- **Task instructions**
Only one stretch of the data below is wanted: the lines starting at the one with "# F0 (on Front) → F1 (revolve)" and ending at the one with "revolve(axis=Axis((0, 0, 0), (0, 0, -1)))", both included, given again exactly.

- **Material for this task**
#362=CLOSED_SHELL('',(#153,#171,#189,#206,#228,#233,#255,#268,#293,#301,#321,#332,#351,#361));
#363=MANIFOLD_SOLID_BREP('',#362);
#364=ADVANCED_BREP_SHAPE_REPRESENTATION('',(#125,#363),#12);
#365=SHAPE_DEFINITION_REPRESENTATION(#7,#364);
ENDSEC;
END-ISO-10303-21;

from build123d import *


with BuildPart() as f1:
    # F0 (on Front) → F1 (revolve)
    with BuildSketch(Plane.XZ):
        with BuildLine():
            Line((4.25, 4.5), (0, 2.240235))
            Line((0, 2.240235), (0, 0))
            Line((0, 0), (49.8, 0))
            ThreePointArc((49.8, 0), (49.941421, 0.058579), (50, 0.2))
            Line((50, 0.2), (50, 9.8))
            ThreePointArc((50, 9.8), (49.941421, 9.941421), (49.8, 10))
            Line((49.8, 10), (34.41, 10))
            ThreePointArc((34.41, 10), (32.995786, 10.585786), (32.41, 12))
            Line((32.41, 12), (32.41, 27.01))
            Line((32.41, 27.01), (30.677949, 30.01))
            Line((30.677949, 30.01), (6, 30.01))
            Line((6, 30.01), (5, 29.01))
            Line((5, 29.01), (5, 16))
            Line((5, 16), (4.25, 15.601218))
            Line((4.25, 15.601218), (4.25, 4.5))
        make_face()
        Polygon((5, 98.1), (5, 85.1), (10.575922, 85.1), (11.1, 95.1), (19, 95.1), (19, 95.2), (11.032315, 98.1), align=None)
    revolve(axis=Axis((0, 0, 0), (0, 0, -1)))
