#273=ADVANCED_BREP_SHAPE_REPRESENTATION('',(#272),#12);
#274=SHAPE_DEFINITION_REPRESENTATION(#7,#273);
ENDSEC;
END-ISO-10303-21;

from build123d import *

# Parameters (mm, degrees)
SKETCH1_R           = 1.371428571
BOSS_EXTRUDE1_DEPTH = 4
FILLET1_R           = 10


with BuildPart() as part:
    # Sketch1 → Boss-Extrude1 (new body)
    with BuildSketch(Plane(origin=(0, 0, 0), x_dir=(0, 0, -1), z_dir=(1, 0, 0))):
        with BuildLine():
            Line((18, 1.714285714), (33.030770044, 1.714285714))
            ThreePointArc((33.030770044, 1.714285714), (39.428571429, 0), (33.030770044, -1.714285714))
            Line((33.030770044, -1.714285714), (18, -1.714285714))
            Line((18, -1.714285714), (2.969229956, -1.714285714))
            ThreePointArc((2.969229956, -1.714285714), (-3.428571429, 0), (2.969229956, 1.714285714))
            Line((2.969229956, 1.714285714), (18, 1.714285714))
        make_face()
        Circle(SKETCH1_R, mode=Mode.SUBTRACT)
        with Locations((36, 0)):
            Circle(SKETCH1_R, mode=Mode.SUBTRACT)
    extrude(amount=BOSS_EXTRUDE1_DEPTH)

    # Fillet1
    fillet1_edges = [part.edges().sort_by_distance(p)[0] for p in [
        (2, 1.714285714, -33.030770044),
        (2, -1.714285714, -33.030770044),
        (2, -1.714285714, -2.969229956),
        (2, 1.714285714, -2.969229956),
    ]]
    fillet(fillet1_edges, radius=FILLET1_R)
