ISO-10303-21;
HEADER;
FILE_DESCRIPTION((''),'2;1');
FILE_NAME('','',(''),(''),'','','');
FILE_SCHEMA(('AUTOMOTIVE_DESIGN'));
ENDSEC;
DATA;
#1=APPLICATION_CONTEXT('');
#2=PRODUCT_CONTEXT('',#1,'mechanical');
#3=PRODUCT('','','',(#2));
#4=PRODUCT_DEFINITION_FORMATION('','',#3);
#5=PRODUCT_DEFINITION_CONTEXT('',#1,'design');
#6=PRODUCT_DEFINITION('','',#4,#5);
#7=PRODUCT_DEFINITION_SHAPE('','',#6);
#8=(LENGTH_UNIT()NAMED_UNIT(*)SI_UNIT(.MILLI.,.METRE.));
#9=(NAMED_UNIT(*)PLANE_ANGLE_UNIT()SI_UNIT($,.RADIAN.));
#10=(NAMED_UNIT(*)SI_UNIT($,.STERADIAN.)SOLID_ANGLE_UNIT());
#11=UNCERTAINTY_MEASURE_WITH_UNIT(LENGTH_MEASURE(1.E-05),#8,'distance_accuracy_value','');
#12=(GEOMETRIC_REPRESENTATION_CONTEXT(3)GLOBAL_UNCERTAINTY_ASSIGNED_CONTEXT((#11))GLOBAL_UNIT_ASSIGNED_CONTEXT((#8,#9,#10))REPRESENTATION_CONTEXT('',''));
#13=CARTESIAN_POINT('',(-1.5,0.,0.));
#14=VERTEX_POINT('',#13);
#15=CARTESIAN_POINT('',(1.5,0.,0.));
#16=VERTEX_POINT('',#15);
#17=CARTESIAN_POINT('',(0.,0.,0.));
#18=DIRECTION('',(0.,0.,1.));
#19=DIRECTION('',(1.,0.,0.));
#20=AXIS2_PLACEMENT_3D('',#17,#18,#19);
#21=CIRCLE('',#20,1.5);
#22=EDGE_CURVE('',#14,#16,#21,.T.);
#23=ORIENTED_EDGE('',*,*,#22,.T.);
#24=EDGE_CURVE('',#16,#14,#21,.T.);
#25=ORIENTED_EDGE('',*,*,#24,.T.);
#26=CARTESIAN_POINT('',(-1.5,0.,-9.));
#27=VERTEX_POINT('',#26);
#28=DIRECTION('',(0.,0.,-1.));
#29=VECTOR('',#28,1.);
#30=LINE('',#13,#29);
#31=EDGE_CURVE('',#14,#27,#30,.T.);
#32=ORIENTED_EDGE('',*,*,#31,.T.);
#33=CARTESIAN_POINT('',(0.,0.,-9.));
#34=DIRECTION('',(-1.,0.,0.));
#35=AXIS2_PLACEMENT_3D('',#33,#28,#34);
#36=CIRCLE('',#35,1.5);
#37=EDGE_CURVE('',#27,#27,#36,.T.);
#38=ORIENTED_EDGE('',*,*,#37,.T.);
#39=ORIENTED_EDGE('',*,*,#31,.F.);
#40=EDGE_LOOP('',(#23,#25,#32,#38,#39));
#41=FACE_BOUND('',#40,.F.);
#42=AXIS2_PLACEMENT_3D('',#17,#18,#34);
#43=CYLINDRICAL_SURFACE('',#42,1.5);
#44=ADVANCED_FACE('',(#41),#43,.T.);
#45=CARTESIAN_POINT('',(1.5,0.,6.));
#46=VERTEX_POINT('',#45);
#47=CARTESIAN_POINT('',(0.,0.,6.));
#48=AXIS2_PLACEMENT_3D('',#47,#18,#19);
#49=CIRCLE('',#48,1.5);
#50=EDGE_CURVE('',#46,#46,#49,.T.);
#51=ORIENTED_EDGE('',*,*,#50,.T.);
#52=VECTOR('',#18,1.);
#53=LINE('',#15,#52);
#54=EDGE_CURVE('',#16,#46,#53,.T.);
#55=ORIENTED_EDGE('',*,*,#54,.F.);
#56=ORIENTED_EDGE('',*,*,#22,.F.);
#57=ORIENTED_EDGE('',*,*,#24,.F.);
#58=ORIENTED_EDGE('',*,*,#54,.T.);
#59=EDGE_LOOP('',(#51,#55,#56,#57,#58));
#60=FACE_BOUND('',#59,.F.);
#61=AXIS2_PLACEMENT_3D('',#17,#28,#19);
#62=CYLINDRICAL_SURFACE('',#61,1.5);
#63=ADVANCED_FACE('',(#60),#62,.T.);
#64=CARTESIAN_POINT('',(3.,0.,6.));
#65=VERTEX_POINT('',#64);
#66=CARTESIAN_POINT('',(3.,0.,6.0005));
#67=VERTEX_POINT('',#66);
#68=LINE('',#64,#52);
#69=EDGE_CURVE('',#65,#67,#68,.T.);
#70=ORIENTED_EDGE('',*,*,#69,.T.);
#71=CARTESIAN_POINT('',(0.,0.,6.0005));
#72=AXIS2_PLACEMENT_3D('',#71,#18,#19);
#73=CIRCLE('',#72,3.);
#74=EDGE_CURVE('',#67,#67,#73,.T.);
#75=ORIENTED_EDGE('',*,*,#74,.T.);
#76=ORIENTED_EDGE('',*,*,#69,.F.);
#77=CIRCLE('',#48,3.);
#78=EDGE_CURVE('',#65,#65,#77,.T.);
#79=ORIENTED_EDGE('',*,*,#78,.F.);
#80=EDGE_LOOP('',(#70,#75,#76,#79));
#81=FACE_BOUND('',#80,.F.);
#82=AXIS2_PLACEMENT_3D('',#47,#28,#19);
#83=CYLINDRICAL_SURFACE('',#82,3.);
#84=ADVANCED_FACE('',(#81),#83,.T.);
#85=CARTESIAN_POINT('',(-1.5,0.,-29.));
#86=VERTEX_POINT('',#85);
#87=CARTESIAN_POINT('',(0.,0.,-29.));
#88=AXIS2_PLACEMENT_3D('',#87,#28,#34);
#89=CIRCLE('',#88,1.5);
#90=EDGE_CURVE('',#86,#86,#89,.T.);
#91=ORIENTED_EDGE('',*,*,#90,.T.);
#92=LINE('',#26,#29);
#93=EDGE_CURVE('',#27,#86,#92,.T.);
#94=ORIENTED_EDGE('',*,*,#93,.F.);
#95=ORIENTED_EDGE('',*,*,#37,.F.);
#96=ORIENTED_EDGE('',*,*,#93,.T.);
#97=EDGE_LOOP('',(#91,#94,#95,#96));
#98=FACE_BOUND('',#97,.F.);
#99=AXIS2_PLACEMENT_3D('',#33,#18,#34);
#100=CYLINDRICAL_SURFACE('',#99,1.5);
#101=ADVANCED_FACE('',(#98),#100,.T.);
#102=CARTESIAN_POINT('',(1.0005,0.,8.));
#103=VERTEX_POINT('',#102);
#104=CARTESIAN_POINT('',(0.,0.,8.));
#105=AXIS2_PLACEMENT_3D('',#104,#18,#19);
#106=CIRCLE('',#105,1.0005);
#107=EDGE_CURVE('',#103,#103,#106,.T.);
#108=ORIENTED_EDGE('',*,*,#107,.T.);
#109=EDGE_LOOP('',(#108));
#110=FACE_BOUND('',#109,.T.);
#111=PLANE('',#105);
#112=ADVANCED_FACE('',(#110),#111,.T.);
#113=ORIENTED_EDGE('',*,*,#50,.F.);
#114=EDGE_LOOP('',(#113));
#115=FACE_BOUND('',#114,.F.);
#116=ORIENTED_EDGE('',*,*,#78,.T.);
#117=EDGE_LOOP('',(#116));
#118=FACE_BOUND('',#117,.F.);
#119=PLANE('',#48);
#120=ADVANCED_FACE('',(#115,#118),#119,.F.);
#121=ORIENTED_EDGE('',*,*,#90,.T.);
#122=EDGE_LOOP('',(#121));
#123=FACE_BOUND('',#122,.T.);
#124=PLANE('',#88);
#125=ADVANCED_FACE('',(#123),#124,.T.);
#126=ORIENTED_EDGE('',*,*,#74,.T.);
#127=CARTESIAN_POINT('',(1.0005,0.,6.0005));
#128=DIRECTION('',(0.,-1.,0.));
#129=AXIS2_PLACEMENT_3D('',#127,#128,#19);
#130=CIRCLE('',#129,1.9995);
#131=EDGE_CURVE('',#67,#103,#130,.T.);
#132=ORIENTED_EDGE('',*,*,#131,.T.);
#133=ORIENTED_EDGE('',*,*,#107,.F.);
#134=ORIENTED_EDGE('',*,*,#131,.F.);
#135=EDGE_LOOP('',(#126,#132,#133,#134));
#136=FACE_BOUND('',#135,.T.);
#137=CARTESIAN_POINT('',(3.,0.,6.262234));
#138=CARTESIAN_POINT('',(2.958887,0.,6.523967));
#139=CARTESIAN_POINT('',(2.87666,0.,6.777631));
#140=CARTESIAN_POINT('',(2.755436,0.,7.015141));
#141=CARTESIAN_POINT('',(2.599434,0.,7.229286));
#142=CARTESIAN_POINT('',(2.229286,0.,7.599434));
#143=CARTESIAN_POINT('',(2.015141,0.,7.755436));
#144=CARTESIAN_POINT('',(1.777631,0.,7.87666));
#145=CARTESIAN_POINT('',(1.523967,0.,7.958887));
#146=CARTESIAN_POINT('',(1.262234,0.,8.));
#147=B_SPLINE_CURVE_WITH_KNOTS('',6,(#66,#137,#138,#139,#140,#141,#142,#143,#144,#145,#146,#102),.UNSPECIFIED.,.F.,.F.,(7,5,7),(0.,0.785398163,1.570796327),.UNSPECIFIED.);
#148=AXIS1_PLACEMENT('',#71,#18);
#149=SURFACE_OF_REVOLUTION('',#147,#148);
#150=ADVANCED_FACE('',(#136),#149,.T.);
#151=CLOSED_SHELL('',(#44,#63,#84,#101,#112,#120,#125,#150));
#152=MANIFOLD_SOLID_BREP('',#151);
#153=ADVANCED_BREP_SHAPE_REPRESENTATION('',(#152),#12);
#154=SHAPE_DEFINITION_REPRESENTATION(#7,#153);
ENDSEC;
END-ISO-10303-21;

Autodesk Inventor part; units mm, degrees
ref_plane "YZ Plane" through (0, 0, 0) normal (1, 0, 0) x (0, 1, 0)
ref_plane "XZ Plane" through (0, 0, 0) normal (0, 1, 0) x (-1, 0, 0)
ref_plane "XY Plane" through (0, 0, 0) normal (0, 0, 1) x (1, 0, 0)
sketch "スケッチ1" plane through (0, 0, 0) normal (0, 0, 1) x (1, 0, 0)
  circle A0 centre (0, 0) radius 1.5
  dimension "d0" = 3
extrude "押し出し1" add sketch "スケッチ1" along normal blind 6
sketch "スケッチ2" plane through (0, 0, 6) normal (0, 0, 1) x (1, 0, 0)
  circle A0 centre (0, 0) radius 1.5 projected
  circle A1 centre (0, 0) radius 3
  dimension "d3" = 6
extrude "押し出し2" add sketch "スケッチ2" along normal blind 2 contours A0 | A1
fillet "フィレット1" radius 2 1 edges at (-3, 0, 8)
thread "ねじ1" size "M3x0.5" class "6g" standard "ANSI Metric M Profile" full length
sketch "スケッチ3" plane through (0, 0, 0) normal (0, 0, -1) x (-1, 0, 0)
  circle A0 centre (0, 0) radius 1.5 projected
extrude "押し出し3" add sketch "スケッチ3" along normal blind 9
sketch "スケッチ4" plane through (0, 0, -9) normal (0, 0, -1) x (-1, 0, 0)
  circle A0 centre (0, 0) radius 1.5 projected
extrude "押し出し4" add sketch "スケッチ4" along normal blind 20
properties part number "SB　35mmなべネジ" material "Steel, Mild"
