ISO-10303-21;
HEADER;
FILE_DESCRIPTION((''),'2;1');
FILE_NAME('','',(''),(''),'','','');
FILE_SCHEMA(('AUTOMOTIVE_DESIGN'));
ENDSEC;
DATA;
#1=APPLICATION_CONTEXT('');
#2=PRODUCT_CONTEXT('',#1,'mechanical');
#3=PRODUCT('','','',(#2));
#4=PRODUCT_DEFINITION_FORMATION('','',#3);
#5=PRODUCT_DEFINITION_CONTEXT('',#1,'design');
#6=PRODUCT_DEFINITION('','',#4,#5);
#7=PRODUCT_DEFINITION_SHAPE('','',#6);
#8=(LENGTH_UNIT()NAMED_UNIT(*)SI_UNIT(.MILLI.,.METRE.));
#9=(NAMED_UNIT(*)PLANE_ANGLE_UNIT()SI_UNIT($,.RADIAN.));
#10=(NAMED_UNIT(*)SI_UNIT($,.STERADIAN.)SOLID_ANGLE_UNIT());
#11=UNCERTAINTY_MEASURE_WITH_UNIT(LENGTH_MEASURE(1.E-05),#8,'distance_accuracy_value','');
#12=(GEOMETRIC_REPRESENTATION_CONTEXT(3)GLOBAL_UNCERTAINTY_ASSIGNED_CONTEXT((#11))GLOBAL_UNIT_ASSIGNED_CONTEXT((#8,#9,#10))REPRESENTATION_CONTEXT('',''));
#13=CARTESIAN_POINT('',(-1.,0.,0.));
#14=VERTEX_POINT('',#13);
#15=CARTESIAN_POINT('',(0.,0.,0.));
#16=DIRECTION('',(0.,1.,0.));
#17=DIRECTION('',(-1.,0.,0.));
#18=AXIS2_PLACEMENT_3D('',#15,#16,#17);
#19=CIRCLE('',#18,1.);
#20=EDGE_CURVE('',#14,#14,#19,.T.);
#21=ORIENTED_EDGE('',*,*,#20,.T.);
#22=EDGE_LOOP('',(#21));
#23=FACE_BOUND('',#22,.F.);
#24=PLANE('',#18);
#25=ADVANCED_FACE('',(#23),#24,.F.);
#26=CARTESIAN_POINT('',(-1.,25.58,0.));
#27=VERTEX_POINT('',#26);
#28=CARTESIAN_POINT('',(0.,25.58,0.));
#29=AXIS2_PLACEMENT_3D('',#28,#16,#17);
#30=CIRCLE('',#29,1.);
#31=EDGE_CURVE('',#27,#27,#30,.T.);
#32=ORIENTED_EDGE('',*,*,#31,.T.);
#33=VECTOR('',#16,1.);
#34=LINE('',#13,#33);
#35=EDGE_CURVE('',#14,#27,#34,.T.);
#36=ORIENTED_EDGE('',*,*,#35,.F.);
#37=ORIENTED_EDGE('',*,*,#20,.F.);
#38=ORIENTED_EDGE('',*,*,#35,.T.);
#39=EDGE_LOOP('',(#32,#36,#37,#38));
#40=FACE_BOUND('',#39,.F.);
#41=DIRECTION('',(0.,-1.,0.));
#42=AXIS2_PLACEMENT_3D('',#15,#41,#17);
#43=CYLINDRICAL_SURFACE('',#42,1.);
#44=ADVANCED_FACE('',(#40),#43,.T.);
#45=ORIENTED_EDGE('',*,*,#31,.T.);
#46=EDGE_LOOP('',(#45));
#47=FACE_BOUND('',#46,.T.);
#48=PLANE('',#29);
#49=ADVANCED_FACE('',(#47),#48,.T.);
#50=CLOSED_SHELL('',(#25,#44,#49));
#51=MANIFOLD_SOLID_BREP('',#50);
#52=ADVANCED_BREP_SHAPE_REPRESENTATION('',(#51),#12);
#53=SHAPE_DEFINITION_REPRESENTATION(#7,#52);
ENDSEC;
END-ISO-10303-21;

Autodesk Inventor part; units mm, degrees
ref_plane "YZ Plane" through (0, 0, 0) normal (1, 0, 0) x (0, 1, 0)
ref_plane "XZ Plane" through (0, 0, 0) normal (0, 1, 0) x (-1, 0, 0)
ref_plane "XY Plane" through (0, 0, 0) normal (0, 0, 1) x (1, 0, 0)
sketch "Sketch1" plane through (0, 0, 0) normal (0, 1, 0) x (-1, 0, 0)
  circle A0 centre (0, 0) radius 1
  dimension "d0" = 2
extrude "Extrusion1" add sketch "Sketch1" along normal blind 25.58
ref_plane "Work Plane1" through (0, -30, 0) normal (0, -1, 0) x (1, 0, 0)
properties part number "LOOP1_COLL_POSTDEF2"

- **Final answer**
    # F0 (on Front) → F1 (revolve)
    with BuildSketch(Plane.XZ):
        with BuildLine():
            Line((4.25, 4.5), (0, 2.240235))
            Line((0, 2.240235), (0, 0))
            Line((0, 0), (49.8, 0))
            ThreePointArc((49.8, 0), (49.941421, 0.058579), (50, 0.2))
            Line((50, 0.2), (50, 9.8))
            ThreePointArc((50, 9.8), (49.941421, 9.941421), (49.8, 10))
            Line((49.8, 10), (34.41, 10))
            ThreePointArc((34.41, 10), (32.995786, 10.585786), (32.41, 12))
            Line((32.41, 12), (32.41, 27.01))
            Line((32.41, 27.01), (30.677949, 30.01))
            Line((30.677949, 30.01), (6, 30.01))
            Line((6, 30.01), (5, 29.01))
            Line((5, 29.01), (5, 16))
            Line((5, 16), (4.25, 15.601218))
            Line((4.25, 15.601218), (4.25, 4.5))
        make_face()
        Polygon((5, 98.1), (5, 85.1), (10.575922, 85.1), (11.1, 95.1), (19, 95.1), (19, 95.2), (11.032315, 98.1), align=None)
    revolve(axis=Axis((0, 0, 0), (0, 0, -1)))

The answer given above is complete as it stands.